Мередит Монк оказалась столь же проста, открыта и демократична в общении со слушателями и журналистами, как и ее философия: у каждого есть голос, голос может быть главным и даже единственным инструментом, голосом можно делать все. МЕРЕДИТ МОНК дала интервью корреспонденту Ъ ОЛЬГЕ Ъ-МАНУЛКИНОЙ.
— Вы представляете собой славную американскую традицию пионерства, экспериментаторства, которая в музыке идет от Айвза через Кауэлла и Вареза до Кейджа и дальше. Дух экспериментирования все так же силен на рубеже нового тысячелетия?
— Это очень интересный вопрос, потому что многие годы люди пытались поместить меня в ту или иную категорию, а я всегда говорила, что ближе всего мне американская maverick-традиция. Maverick — человек, который делает что хочет, пусть даже в полном одиночестве. Это традиция Кауэлла, Кейджа, Генри Парча — отчаянных индивидуалистов. Это моя традиция. И я иногда думаю: а что молодые? Они обладают всем: всей музыкой мира, всей музыкой прошлых столетий; они вольны использовать все, что когда-либо кем-либо было создано. Как, когда тут обрести спокойствие и тишину, чтобы услышать, на что есть твой собственный голос? Некоторые мои ансамблисты владеют всей вокальной техникой, которую я когда-либо использовала в жизни, они могут сделать все, что хотите, но у них не хватает времени найти свой собственный путь. Это синтезирующее поколение. И я не уверена, волнует ли их вообще идея оригинальности. Иногда меня это тревожит, потому что для меня идея оригинальности чрезвычайно важна.
— Вам часто приходилось шокировать своих слушателей? Или большей частью они готовы и открыты тому, что вы делаете?

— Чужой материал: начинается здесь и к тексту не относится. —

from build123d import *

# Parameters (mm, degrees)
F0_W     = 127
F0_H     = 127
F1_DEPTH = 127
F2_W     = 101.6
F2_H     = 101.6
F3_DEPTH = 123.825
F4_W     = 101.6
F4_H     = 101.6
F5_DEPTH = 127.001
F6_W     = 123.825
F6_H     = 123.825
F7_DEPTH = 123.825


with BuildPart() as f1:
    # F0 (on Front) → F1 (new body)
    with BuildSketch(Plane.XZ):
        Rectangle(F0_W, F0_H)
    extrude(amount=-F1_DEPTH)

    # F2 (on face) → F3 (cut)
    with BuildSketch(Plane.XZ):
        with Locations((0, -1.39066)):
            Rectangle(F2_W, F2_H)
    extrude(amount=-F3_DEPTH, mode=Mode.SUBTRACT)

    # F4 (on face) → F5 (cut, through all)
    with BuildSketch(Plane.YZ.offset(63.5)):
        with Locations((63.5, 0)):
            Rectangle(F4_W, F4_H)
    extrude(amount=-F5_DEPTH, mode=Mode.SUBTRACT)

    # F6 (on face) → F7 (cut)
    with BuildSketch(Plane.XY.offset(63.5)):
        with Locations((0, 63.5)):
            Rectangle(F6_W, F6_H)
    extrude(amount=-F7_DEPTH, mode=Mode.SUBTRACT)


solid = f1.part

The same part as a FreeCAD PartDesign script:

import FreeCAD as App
import Part
import Sketcher
Q = App.Units.Quantity


def add_polygon(sketch, points):
    """Adds a closed chain of lines whose ends are joined by coincident constraints."""
    first, n = sketch.GeometryCount, len(points)
    for a, b in zip(points, points[1:] + points[:1]):
        sketch.addGeometry(Part.LineSegment(App.Vector(*a, 0), App.Vector(*b, 0)), False)
    for i in range(n):
        sketch.addConstraint(Sketcher.Constraint("Coincident", first + i, 2, first + (i + 1) % n, 1))

doc = App.newDocument("Part")
body = doc.addObject("PartDesign::Body", "Body")

sketch1 = body.newObject("Sketcher::SketchObject", "Sketch")
sketch1.AttachmentSupport = (doc.getObject("XZ_Plane"), [""])
sketch1.MapMode = "FlatFace"
add_polygon(sketch1, [(-64, 64), (-64, -64), (64, -64), (64, 64)])
sketch1.addConstraint([
    Sketcher.Constraint("Vertical", 0),
    Sketcher.Constraint("Horizontal", 1),
    Sketcher.Constraint("Vertical", 2),
    Sketcher.Constraint("Horizontal", 3),
    Sketcher.Constraint("Symmetric", 0, 2, 2, 2, -1, 1),
    Sketcher.Constraint("Equal", 3, 0),
    Sketcher.Constraint("DistanceX", 1, 1, 1, 2, Q("5 in")),
])
pad1 = body.newObject("PartDesign::Pad", "Pad")
pad1.Profile = sketch1
pad1.Length = Q("5 in")
pad1.Reversed = True

sketch2 = body.newObject("Sketcher::SketchObject", "Sketch001")
sketch2.AttachmentSupport = (doc.getObject("XZ_Plane"), [""])
sketch2.MapMode = "FlatFace"
add_polygon(sketch2, [(-51, 49), (-51, -52), (51, -52), (51, 49)])
sketch2.addConstraint([
    Sketcher.Constraint("Vertical", 0),
    Sketcher.Constraint("Horizontal", 1),
    Sketcher.Constraint("Vertical", 2),
    Sketcher.Constraint("Horizontal", 3),
    Sketcher.Constraint("Equal", 3, 0),
    Sketcher.Constraint("DistanceX", 1, 1, 1, 2, Q("4 in")),
    Sketcher.Constraint("DistanceX", 0, 2, -1, 1, Q("2 in")),
    Sketcher.Constraint("DistanceY", 0, 2, -1, 1, Q("52.19066 mm")),
])
pocket1 = body.newObject("PartDesign::Pocket", "Pocket")
pocket1.Profile = sketch2
pocket1.Length = Q("4.875 in")

sketch3 = body.newObject("Sketcher::SketchObject", "Sketch002")
sketch3.AttachmentSupport = (doc.getObject("YZ_Plane"), [""])
sketch3.MapMode = "FlatFace"
sketch3.AttachmentOffset = App.Placement(App.Vector(0, 0, 2.5 * 25.4), App.Rotation())
add_polygon(sketch3, [(13, 51), (13, -51), (114, -51), (114, 51)])
sketch3.addConstraint([
    Sketcher.Constraint("Vertical", 0),
    Sketcher.Constraint("Horizontal", 1),
    Sketcher.Constraint("Vertical", 2),
    Sketcher.Constraint("Horizontal", 3),
    Sketcher.Constraint("Equal", 3, 0),
    Sketcher.Constraint("DistanceX", 1, 1, 1, 2, Q("4 in")),
    Sketcher.Constraint("DistanceY", 0, 2, -1, 1, Q("2 in")),
    Sketcher.Constraint("DistanceX", -1, 1, 0, 2, Q("0.5 in")),
])
pocket2 = body.newObject("PartDesign::Pocket", "Pocket001")
pocket2.Profile = sketch3
pocket2.Type = "ThroughAll"

sketch4 = body.newObject("Sketcher::SketchObject", "Sketch003")
sketch4.AttachmentSupport = (doc.getObject("XY_Plane"), [""])
sketch4.MapMode = "FlatFace"
sketch4.AttachmentOffset = App.Placement(App.Vector(0, 0, 2.5 * 25.4), App.Rotation())
add_polygon(sketch4, [(-62, 125), (-62, 2), (62, 2), (62, 125)])
sketch4.addConstraint([
    Sketcher.Constraint("Vertical", 0),
    Sketcher.Constraint("Horizontal", 1),
    Sketcher.Constraint("Vertical", 2),
    Sketcher.Constraint("Horizontal", 3),
    Sketcher.Constraint("Equal", 3, 0),
    Sketcher.Constraint("DistanceX", 1, 1, 1, 2, Q("4.875 in")),
    Sketcher.Constraint("DistanceX", 0, 2, -1, 1, Q("2.4375 in")),
    Sketcher.Constraint("DistanceY", -1, 1, 0, 2, Q("0.0625 in")),
])
pocket3 = body.newObject("PartDesign::Pocket", "Pocket002")
pocket3.Profile = sketch4
pocket3.Length = Q("4.875 in")

doc.recompute()
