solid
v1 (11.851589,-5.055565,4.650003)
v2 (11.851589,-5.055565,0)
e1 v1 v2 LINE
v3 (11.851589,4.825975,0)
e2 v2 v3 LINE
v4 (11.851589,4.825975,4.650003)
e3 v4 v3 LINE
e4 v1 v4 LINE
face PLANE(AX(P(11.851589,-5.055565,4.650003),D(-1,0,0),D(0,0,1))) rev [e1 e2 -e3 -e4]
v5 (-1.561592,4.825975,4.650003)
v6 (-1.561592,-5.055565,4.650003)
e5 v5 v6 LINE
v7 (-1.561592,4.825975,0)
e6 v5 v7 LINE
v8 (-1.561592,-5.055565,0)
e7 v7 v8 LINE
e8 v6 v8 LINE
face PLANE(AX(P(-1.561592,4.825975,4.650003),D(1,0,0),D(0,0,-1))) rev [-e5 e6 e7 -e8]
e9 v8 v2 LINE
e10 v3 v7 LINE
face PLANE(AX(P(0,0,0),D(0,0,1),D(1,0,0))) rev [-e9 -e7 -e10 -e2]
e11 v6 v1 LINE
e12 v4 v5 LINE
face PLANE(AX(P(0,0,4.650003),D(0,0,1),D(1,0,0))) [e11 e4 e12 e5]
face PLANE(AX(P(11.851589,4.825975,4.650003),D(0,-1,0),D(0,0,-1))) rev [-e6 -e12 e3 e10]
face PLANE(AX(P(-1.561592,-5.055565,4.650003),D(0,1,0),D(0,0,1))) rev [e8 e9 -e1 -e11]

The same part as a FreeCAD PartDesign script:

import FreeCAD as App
import Part
import Sketcher

V = App.Vector
Q = App.Units.Quantity

doc = App.newDocument("Part")
body = doc.addObject("PartDesign::Body", "Body")

# Sketch on XY plane
sketch1 = body.newObject("Sketcher::SketchObject", "Sketch")
sketch1.AttachmentSupport = (doc.getObject("XY_Plane"), [""])
sketch1.MapMode = "FlatFace"
sketch1.addGeometry([
    Part.LineSegment(V(-2, 5, 0), V(-2, -5, 0)),
    Part.LineSegment(V(-2, -5, 0), V(12, -5, 0)),
    Part.LineSegment(V(12, -5, 0), V(12, 5, 0)),
    Part.LineSegment(V(12, 5, 0), V(-2, 5, 0)),
], False)
sketch1.addConstraint([
    Sketcher.Constraint("Coincident", 0, 2, 1, 1),
    Sketcher.Constraint("Coincident", 1, 2, 2, 1),
    Sketcher.Constraint("Coincident", 2, 2, 3, 1),
    Sketcher.Constraint("Coincident", 3, 2, 0, 1),
    Sketcher.Constraint("Vertical", 0),
    Sketcher.Constraint("Horizontal", 1),
    Sketcher.Constraint("Vertical", 2),
    Sketcher.Constraint("Horizontal", 3),
    Sketcher.Constraint("DistanceX", 1, 1, 1, 2, Q("13.413181 mm")),
    Sketcher.Constraint("DistanceY", 0, 2, 0, 1, Q("9.88154 mm")),
    Sketcher.Constraint("DistanceX", -1, 1, 1, 2, Q("11.851589 mm")),
    Sketcher.Constraint("DistanceY", 0, 2, -1, 1, Q("5.055565 mm")),
])
pad1 = body.newObject("PartDesign::Pad", "Pad")
pad1.Profile = sketch1
pad1.Length = 4.650003

doc.recompute()
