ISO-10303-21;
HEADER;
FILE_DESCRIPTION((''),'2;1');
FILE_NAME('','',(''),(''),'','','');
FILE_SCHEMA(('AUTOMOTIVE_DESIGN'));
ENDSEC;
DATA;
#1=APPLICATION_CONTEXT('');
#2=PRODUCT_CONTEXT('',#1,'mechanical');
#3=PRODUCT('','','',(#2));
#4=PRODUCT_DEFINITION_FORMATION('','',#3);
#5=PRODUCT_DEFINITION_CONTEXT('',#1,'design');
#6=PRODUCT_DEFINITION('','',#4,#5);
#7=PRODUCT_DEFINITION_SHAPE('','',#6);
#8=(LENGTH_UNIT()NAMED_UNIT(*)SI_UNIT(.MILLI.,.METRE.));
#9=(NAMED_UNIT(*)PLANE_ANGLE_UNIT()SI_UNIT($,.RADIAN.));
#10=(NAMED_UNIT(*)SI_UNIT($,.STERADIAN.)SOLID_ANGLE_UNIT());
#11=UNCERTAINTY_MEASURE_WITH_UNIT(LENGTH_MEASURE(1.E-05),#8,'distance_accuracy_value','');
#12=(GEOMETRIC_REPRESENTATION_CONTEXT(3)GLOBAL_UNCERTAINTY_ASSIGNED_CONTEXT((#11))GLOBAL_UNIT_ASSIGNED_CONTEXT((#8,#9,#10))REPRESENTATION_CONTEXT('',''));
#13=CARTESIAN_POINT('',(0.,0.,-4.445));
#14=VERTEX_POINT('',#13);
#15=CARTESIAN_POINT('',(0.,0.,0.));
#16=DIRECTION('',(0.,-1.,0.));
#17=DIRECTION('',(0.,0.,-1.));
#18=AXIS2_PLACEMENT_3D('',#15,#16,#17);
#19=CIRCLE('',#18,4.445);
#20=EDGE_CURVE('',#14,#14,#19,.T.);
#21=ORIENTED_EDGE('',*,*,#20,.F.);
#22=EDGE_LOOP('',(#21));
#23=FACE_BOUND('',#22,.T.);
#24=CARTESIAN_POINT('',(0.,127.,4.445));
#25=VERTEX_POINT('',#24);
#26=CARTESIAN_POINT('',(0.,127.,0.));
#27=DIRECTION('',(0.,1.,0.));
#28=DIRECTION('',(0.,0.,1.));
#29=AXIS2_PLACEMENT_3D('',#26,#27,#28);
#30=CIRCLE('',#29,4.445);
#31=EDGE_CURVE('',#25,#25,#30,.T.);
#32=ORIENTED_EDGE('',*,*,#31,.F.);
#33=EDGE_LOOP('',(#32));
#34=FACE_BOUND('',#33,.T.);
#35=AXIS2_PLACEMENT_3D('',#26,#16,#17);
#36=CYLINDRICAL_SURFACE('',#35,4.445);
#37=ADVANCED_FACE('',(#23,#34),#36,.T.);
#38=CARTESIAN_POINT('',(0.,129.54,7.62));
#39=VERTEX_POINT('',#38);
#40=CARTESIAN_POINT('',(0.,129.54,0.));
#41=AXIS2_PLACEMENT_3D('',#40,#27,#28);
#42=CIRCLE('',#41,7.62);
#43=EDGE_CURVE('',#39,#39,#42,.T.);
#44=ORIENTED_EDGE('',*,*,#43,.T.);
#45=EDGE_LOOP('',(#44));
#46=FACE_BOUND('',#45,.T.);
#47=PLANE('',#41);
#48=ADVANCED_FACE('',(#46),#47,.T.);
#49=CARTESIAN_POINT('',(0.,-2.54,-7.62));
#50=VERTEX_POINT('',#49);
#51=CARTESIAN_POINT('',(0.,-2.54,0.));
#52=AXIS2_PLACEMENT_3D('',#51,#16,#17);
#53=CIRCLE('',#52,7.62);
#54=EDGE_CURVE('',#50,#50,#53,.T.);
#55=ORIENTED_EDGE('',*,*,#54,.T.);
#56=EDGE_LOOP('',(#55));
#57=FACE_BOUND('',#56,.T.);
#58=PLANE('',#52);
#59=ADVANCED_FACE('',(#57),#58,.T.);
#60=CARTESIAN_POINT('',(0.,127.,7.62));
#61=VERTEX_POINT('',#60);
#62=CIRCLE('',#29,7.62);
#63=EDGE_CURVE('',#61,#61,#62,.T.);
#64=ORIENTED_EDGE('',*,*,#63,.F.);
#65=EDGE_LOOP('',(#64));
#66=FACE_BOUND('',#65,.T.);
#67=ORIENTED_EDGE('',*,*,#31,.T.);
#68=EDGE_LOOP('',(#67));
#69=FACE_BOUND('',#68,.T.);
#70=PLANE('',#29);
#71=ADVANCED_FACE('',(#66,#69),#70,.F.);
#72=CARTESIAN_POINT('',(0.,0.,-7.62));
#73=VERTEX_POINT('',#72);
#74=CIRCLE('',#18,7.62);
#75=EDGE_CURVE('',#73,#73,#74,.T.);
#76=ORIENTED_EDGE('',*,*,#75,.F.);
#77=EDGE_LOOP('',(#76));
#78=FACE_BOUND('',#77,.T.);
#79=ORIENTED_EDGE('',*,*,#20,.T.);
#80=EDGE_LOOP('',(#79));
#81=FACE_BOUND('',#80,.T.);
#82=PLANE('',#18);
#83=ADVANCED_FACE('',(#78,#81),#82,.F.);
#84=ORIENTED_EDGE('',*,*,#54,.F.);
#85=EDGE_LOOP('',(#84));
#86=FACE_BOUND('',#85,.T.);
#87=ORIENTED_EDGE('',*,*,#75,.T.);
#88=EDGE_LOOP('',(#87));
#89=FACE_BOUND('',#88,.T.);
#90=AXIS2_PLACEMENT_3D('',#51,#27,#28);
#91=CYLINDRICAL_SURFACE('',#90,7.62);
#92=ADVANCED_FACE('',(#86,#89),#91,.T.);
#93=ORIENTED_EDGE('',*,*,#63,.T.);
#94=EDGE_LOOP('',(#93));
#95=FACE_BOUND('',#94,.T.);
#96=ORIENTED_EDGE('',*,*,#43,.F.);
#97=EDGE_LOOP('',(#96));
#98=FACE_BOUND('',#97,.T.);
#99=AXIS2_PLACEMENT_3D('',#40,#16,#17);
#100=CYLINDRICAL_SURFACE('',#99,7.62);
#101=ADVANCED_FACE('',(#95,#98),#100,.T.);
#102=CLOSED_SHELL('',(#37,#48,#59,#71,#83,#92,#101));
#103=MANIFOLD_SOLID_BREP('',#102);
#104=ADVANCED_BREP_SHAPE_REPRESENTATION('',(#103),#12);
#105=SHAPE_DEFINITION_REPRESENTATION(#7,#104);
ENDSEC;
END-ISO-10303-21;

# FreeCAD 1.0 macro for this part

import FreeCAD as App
import Part
import Sketcher
from FreeCAD import Vector
Q = App.Units.Quantity

doc = App.newDocument("Part")
body = doc.addObject("PartDesign::Body", "Body")

sketch1 = body.newObject("Sketcher::SketchObject", "Sketch")
sketch1.AttachmentSupport = (doc.getObject("XZ_Plane"), [""])
sketch1.MapMode = "FlatFace"
sketch1.addGeometry(Part.Circle(Vector(0, 0, 0), Vector(0, 0, 1), 4.4), False)
sketch1.addConstraint(Sketcher.Constraint("Coincident", 0, 3, -1, 1))
sketch1.addConstraint(Sketcher.Constraint("Diameter", 0, Q("0.35 in")))
pad1 = body.newObject("PartDesign::Pad", "Pad")
pad1.Profile = sketch1
pad1.Length = Q("5 in")
pad1.Reversed = True

sketch2 = body.newObject("Sketcher::SketchObject", "Sketch001")
sketch2.AttachmentSupport = (doc.getObject("XZ_Plane"), [""])
sketch2.MapMode = "FlatFace"
sketch2.addGeometry(Part.Circle(Vector(0, 0, 0), Vector(0, 0, 1), 8), False)
sketch2.addConstraint(Sketcher.Constraint("Coincident", 0, 3, -1, 1))
sketch2.addConstraint(Sketcher.Constraint("Diameter", 0, Q("0.6 in")))
pad2 = body.newObject("PartDesign::Pad", "Pad001")
pad2.Profile = sketch2
pad2.Length = Q("0.1 in")

sketch3 = body.newObject("Sketcher::SketchObject", "Sketch002")
sketch3.AttachmentSupport = (doc.getObject("XZ_Plane"), [""])
sketch3.MapMode = "FlatFace"
sketch3.AttachmentOffset = App.Placement(Vector(0, 0, -5.1 * 25.4), App.Rotation())
sketch3.addGeometry(Part.Circle(Vector(0, 0, 0), Vector(0, 0, 1), 8), False)
sketch3.addConstraint(Sketcher.Constraint("Coincident", 0, 3, -1, 1))
sketch3.addConstraint(Sketcher.Constraint("Diameter", 0, Q("0.6 in")))
pad3 = body.newObject("PartDesign::Pad", "Pad002")
pad3.Profile = sketch3
pad3.Length = Q("0.1 in")

doc.recompute()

— Я хотела бы, чтобы моя музыка была доступной. Голос — универсальный инструмент, он идет прямо к сердцу, к чувствам и эмоциям слушателей. На каком-то уровне, конечно, меня слушает элитарная аудитория, но надеюсь, на другом уровне меня воспринимает гораздо более широкая публика. Но если бы я хотела иметь действительно огромную аудиторию, я бы пела рок-н-ролл. Недавно два участника моего ансамбля пели маленькую, но очень сложную пьесу в одной программе с рок-певцом. Публика была просто шокирована, они не понимали, что происходит, певцы расстроились, потому что они сделали отличную работу. Газеты написали, что это был лучший номер программы, но что было безумством исполнять его перед этой публикой. Эпатировать буржуазию было задачей авангарда 1920-х, а сейчас что может шокировать людей? По-моему, уже ничто. Для меня мое творчество — это новое утверждение человеческих традиций, законов человеческого голоса, самого древнего инструмента.
— Ваши дед и прадед жили в России, вы рассказали, как стремились сюда приехать. Есть ли у вас особый message для российской публики?
— Мне очень любопытно, каковы будут впечатления слушателей. Когда я начала петь по-своему, я ощутила, что вернулась домой, к своим корням. И чем больше я работаю над своим голосом, тем сильнее я ощущаю, что это моя кровь питает мой голос. Интересно, чувствуют ли это слушатели?